For the entries below, repeat exactly each line starting with the one that contains "6.636792), (13.774343, 7.736792))" and going on through the one that contains "The same part", and no others.

Records shown
****

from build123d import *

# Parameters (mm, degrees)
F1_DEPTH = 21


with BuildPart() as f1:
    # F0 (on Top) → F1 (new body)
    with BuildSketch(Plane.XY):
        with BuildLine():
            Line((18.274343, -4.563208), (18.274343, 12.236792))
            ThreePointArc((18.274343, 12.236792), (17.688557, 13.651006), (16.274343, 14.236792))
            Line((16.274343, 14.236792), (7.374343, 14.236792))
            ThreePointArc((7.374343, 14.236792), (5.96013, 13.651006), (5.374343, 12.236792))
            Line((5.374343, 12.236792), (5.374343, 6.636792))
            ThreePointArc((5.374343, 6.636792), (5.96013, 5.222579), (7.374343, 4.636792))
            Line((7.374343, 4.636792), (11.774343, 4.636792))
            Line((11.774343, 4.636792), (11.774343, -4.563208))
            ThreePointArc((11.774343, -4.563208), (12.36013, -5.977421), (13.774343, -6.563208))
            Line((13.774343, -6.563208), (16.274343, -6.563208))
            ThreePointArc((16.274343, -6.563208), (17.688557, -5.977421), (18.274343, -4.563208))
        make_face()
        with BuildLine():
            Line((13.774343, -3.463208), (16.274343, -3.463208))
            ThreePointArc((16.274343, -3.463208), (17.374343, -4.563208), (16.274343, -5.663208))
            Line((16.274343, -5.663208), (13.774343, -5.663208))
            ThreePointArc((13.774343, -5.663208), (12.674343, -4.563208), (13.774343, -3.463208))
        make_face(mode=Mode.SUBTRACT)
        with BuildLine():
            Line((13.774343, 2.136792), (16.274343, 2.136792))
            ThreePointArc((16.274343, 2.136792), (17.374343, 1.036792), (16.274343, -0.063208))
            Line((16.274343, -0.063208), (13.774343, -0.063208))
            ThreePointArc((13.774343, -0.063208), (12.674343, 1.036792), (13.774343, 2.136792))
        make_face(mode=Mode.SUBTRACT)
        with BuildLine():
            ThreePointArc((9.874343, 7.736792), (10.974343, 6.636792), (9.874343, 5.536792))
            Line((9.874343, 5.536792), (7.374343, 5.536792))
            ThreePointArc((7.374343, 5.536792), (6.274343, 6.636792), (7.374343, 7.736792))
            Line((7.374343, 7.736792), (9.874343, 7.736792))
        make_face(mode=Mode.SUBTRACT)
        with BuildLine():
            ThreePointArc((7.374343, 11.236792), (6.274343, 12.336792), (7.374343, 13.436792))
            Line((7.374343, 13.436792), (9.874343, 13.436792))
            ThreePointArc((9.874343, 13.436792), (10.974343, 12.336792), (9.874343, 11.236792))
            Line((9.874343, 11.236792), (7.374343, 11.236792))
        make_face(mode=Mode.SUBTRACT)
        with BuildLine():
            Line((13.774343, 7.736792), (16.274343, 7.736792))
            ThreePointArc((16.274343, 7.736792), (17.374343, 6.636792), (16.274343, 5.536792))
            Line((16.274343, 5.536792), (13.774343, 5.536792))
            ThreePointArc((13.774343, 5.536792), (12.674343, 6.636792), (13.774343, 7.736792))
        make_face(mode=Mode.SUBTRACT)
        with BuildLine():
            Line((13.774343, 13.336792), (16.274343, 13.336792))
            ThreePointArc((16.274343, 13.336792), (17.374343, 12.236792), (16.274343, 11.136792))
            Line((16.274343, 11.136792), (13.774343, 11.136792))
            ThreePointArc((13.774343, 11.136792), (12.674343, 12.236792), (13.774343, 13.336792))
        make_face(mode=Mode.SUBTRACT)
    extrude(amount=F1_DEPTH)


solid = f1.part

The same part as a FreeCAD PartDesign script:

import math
import FreeCAD as App
import Part
import Sketcher
from FreeCAD import Vector

doc = App.newDocument("Part")
body = doc.addObject("PartDesign::Body", "Body")

# Sketch on XY plane
sketch1 = body.newObject("Sketcher::SketchObject", "Sketch")
sketch1.AttachmentSupport = (doc.getObject("XY_Plane"), [""])
sketch1.MapMode = "FlatFace"
sketch1.addGeometry(Part.LineSegment(Vector(18.3, -4.6, 0), Vector(18.3, 12.2, 0)), False)
sketch1.addGeometry(Part.ArcOfCircle(Part.Circle(Vector(16.3, 12.2, 0), Vector(0, 0, 1), 2), math.radians(0), math.radians(90)), False)
sketch1.addGeometry(Part.LineSegment(Vector(16.3, 14.2, 0), Vector(7.4, 14.2, 0)), False)
sketch1.addGeometry(Part.ArcOfCircle(Part.Circle(Vector(7.4, 12.2, 0), Vector(0, 0, 1), 2), math.radians(90), math.radians(180)), False)
sketch1.addGeometry(Part.LineSegment(Vector(5.4, 12.2, 0), Vector(5.4, 6.6, 0)), False)
sketch1.addGeometry(Part.ArcOfCircle(Part.Circle(Vector(7.4, 6.6, 0), Vector(0, 0, 1), 2), math.radians(-180), math.radians(-90)), False)
sketch1.addGeometry(Part.LineSegment(Vector(7.4, 4.6, 0), Vector(11.8, 4.6, 0)), False)
sketch1.addGeometry(Part.LineSegment(Vector(11.8, 4.6, 0), Vector(11.8, -4.6, 0)), False)
sketch1.addGeometry(Part.ArcOfCircle(Part.Circle(Vector(13.8, -4.6, 0), Vector(0, 0, 1), 2), math.radians(-180), math.radians(-90)), False)
sketch1.addGeometry(Part.LineSegment(Vector(13.8, -6.6, 0), Vector(16.3, -6.6, 0)), False)
sketch1.addGeometry(Part.ArcOfCircle(Part.Circle(Vector(16.3, -4.6, 0), Vector(0, 0, 1), 2), math.radians(-90), math.radians(0)), False)
sketch1.addGeometry(Part.ArcOfCircle(Part.Circle(Vector(13.8, -4.6, 0), Vector(0, 0, 1), 1.1), math.radians(90), math.radians(270)), False)
sketch1.addGeometry(Part.LineSegment(Vector(13.8, -3.5, 0), Vector(16.3, -3.5, 0)), False)
sketch1.addGeometry(Part.ArcOfCircle(Part.Circle(Vector(16.3, -4.6, 0), Vector(0, 0, 1), 1.1), math.radians(-90), math.radians(90)), False)
sketch1.addGeometry(Part.LineSegment(Vector(16.3, -5.7, 0), Vector(13.8, -5.7, 0)), False)
sketch1.addGeometry(Part.ArcOfCircle(Part.Circle(Vector(13.8, 1, 0), Vector(0, 0, 1), 1.1), math.radians(90), math.radians(270)), False)
sketch1.addGeometry(Part.LineSegment(Vector(13.8, 2.1, 0), Vector(16.3, 2.1, 0)), False)
sketch1.addGeometry(Part.ArcOfCircle(Part.Circle(Vector(16.3, 1, 0), Vector(0, 0, 1), 1.1), math.radians(-90), math.radians(90)), False)
sketch1.addGeometry(Part.LineSegment(Vector(16.3, -0.1, 0), Vector(13.8, -0.1, 0)), False)
sketch1.addGeometry(Part.LineSegment(Vector(7.4, 7.7, 0), Vector(9.9, 7.7, 0)), False)
sketch1.addGeometry(Part.ArcOfCircle(Part.Circle(Vector(9.9, 6.6, 0), Vector(0, 0, 1), 1.1), math.radians(-90), math.radians(90)), False)
sketch1.addGeometry(Part.LineSegment(Vector(9.9, 5.5, 0), Vector(7.4, 5.5, 0)), False)
sketch1.addGeometry(Part.ArcOfCircle(Part.Circle(Vector(7.4, 6.6, 0), Vector(0, 0, 1), 1.1), math.radians(90), math.radians(270)), False)
sketch1.addGeometry(Part.LineSegment(Vector(9.9, 11.2, 0), Vector(7.4, 11.2, 0)), False)
sketch1.addGeometry(Part.ArcOfCircle(Part.Circle(Vector(7.4, 12.3, 0), Vector(0, 0, 1), 1.1), math.radians(90), math.radians(270)), False)
sketch1.addGeometry(Part.LineSegment(Vector(7.4, 13.4, 0), Vector(9.9, 13.4, 0)), False)
sketch1.addGeometry(Part.ArcOfCircle(Part.Circle(Vector(9.9, 12.3, 0), Vector(0, 0, 1), 1.1), math.radians(-90), math.radians(90)), False)
sketch1.addGeometry(Part.ArcOfCircle(Part.Circle(Vector(13.8, 6.6, 0), Vector(0, 0, 1), 1.1), math.radians(90), math.radians(270)), False)
sketch1.addGeometry(Part.LineSegment(Vector(13.8, 7.7, 0), Vector(16.3, 7.7, 0)), False)
sketch1.addGeometry(Part.ArcOfCircle(Part.Circle(Vector(16.3, 6.6, 0), Vector(0, 0, 1), 1.1), math.radians(-90), math.radians(90)), False)
sketch1.addGeometry(Part.LineSegment(Vector(16.3, 5.5, 0), Vector(13.8, 5.5, 0)), False)
sketch1.addGeometry(Part.ArcOfCircle(Part.Circle(Vector(13.8, 12.2, 0), Vector(0, 0, 1), 1.1), math.radians(90), math.radians(270)), False)
sketch1.addGeometry(Part.LineSegment(Vector(13.8, 13.3, 0), Vector(16.3, 13.3, 0)), False)
sketch1.addGeometry(Part.ArcOfCircle(Part.Circle(Vector(16.3, 12.2, 0), Vector(0, 0, 1), 1.1), math.radians(-90), math.radians(90)), False)
sketch1.addGeometry(Part.LineSegment(Vector(16.3, 11.1, 0), Vector(13.8, 11.1, 0)), False)
sketch1.addConstraint(Sketcher.Constraint("Tangent", 0, 2, 1, 1))
sketch1.addConstraint(Sketcher.Constraint("Tangent", 1, 2, 2, 1))
sketch1.addConstraint(Sketcher.Constraint("Tangent", 2, 2, 3, 1))
sketch1.addConstraint(Sketcher.Constraint("Tangent", 3, 2, 4, 1))
sketch1.addConstraint(Sketcher.Constraint("Tangent", 4, 2, 5, 1))
sketch1.addConstraint(Sketcher.Constraint("Tangent", 5, 2, 6, 1))
sketch1.addConstraint(Sketcher.Constraint("Coincident", 6, 2, 7, 1))
sketch1.addConstraint(Sketcher.Constraint("Tangent", 7, 2, 8, 1))
sketch1.addConstraint(Sketcher.Constraint("Tangent", 8, 2, 9, 1))
sketch1.addConstraint(Sketcher.Constraint("Tangent", 9, 2, 10, 1))
sketch1.addConstraint(Sketcher.Constraint("Tangent", 10, 2, 0, 1))
sketch1.addConstraint(Sketcher.Constraint("Tangent", 11, 1, 12, 1))
sketch1.addConstraint(Sketcher.Constraint("Tangent", 12, 2, 13, 2))
sketch1.addConstraint(Sketcher.Constraint("Tangent", 13, 1, 14, 1))
sketch1.addConstraint(Sketcher.Constraint("Tangent", 14, 2, 11, 2))
sketch1.addConstraint(Sketcher.Constraint("Tangent", 15, 1, 16, 1))
sketch1.addConstraint(Sketcher.Constraint("Tangent", 16, 2, 17, 2))
sketch1.addConstraint(Sketcher.Constraint("Tangent", 17, 1, 18, 1))
sketch1.addConstraint(Sketcher.Constraint("Tangent", 18, 2, 15, 2))
sketch1.addConstraint(Sketcher.Constraint("Tangent", 19, 2, 20, 2))
sketch1.addConstraint(Sketcher.Constraint("Tangent", 20, 1, 21, 1))
sketch1.addConstraint(Sketcher.Constraint("Tangent", 21, 2, 22, 2))
sketch1.addConstraint(Sketcher.Constraint("Tangent", 22, 1, 19, 1))
sketch1.addConstraint(Sketcher.Constraint("Tangent", 23, 2, 24, 2))
sketch1.addConstraint(Sketcher.Constraint("Tangent", 24, 1, 25, 1))
sketch1.addConstraint(Sketcher.Constraint("Tangent", 25, 2, 26, 2))
sketch1.addConstraint(Sketcher.Constraint("Tangent", 26, 1, 23, 1))
sketch1.addConstraint(Sketcher.Constraint("Tangent", 27, 1, 28, 1))
sketch1.addConstraint(Sketcher.Constraint("Tangent", 28, 2, 29, 2))
sketch1.addConstraint(Sketcher.Constraint("Tangent", 29, 1, 30, 1))
sketch1.addConstraint(Sketcher.Constraint("Tangent", 30, 2, 27, 2))
sketch1.addConstraint(Sketcher.Constraint("Tangent", 31, 1, 32, 1))
sketch1.addConstraint(Sketcher.Constraint("Tangent", 32, 2, 33, 2))
sketch1.addConstraint(Sketcher.Constraint("Tangent", 33, 1, 34, 1))
sketch1.addConstraint(Sketcher.Constraint("Tangent", 34, 2, 31, 2))
sketch1.addConstraint(Sketcher.Constraint("Vertical", 0))
sketch1.addConstraint(Sketcher.Constraint("Horizontal", 2))
sketch1.addConstraint(Sketcher.Constraint("Vertical", 4))
sketch1.addConstraint(Sketcher.Constraint("Horizontal", 6))
sketch1.addConstraint(Sketcher.Constraint("Vertical", 7))
sketch1.addConstraint(Sketcher.Constraint("Horizontal", 9))
sketch1.addConstraint(Sketcher.Constraint("Horizontal", 12))
sketch1.addConstraint(Sketcher.Constraint("Horizontal", 14))
sketch1.addConstraint(Sketcher.Constraint("Horizontal", 16))
sketch1.addConstraint(Sketcher.Constraint("Horizontal", 18))
sketch1.addConstraint(Sketcher.Constraint("Horizontal", 19))
sketch1.addConstraint(Sketcher.Constraint("Horizontal", 21))
sketch1.addConstraint(Sketcher.Constraint("Horizontal", 23))
sketch1.addConstraint(Sketcher.Constraint("Horizontal", 25))
sketch1.addConstraint(Sketcher.Constraint("Horizontal", 28))
sketch1.addConstraint(Sketcher.Constraint("Horizontal", 30))
sketch1.addConstraint(Sketcher.Constraint("Horizontal", 32))
sketch1.addConstraint(Sketcher.Constraint("Horizontal", 34))
sketch1.addConstraint(Sketcher.Constraint("Coincident", 11, 3, 8, 3))
sketch1.addConstraint(Sketcher.Constraint("Coincident", 13, 3, 10, 3))
sketch1.addConstraint(Sketcher.Constraint("Coincident", 22, 3, 5, 3))
sketch1.addConstraint(Sketcher.Constraint("Coincident", 33, 3, 1, 3))
sketch1.addConstraint(Sketcher.Constraint("Equal", 1, 3))
sketch1.addConstraint(Sketcher.Constraint("Equal", 3, 5))
sketch1.addConstraint(Sketcher.Constraint("Equal", 5, 8))
sketch1.addConstraint(Sketcher.Constraint("Equal", 13, 15))
sketch1.addConstraint(Sketcher.Constraint("Equal", 17, 20))
sketch1.addConstraint(Sketcher.Constraint("Equal", 22, 24))
sketch1.addConstraint(Sketcher.Constraint("Equal", 26, 27))
sketch1.addConstraint(Sketcher.Constraint("Equal", 29, 31))
sketch1.addConstraint(Sketcher.Constraint("Horizontal", 22, 3, 27, 3))
sketch1.addConstraint(Sketcher.Constraint("Vertical", 11, 3, 15, 3))
sketch1.addConstraint(Sketcher.Constraint("Vertical", 13, 3, 17, 3))
sketch1.addConstraint(Sketcher.Constraint("Vertical", 22, 3, 24, 3))
sketch1.addConstraint(Sketcher.Constraint("Vertical", 20, 3, 26, 3))
sketch1.addConstraint(Sketcher.Constraint("Vertical", 15, 3, 27, 3))
sketch1.addConstraint(Sketcher.Constraint("Vertical", 17, 3, 29, 3))
sketch1.addConstraint(Sketcher.Constraint("Vertical", 27, 3, 31, 3))
sketch1.addConstraint(Sketcher.Constraint("Equal", 18, 19))
sketch1.addConstraint(Sketcher.Constraint("Radius", 1, 1.999999))
sketch1.addConstraint(Sketcher.Constraint("Radius", 11, 1.1))
sketch1.addConstraint(Sketcher.Constraint("DistanceX", 2, 2, 2, 1, 8.9))
sketch1.addConstraint(Sketcher.Constraint("DistanceX", 6, 1, 6, 2, 4.4))
sketch1.addConstraint(Sketcher.Constraint("DistanceY", 0, 1, 0, 2, 16.8))
sketch1.addConstraint(Sketcher.Constraint("DistanceY", 4, 2, 4, 1, 5.6))
sketch1.addConstraint(Sketcher.Constraint("DistanceY", 23, 2, 3, 3, 1.0))
sketch1.addConstraint(Sketcher.Constraint("DistanceY", 8, 3, 15, 3, 5.599998))
sketch1.addConstraint(Sketcher.Constraint("DistanceY", -1, 1, 3, 3, 12.236792))
sketch1.addConstraint(Sketcher.Constraint("DistanceX", -1, 1, 1, 3, 16.274344))
pad1 = body.newObject("PartDesign::Pad", "Pad")
pad1.Profile = sketch1
pad1.Length = 21

doc.recompute()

****

Result of this task
            ThreePointArc((13.774343, 5.536792), (12.674343, 6.636792), (13.774343, 7.736792))
        make_face(mode=Mode.SUBTRACT)
        with BuildLine():
            Line((13.774343, 13.336792), (16.274343, 13.336792))
            ThreePointArc((16.274343, 13.336792), (17.374343, 12.236792), (16.274343, 11.136792))
            Line((16.274343, 11.136792), (13.774343, 11.136792))
            ThreePointArc((13.774343, 11.136792), (12.674343, 12.236792), (13.774343, 13.336792))
        make_face(mode=Mode.SUBTRACT)
    extrude(amount=F1_DEPTH)


solid = f1.part

The same part as a FreeCAD PartDesign script:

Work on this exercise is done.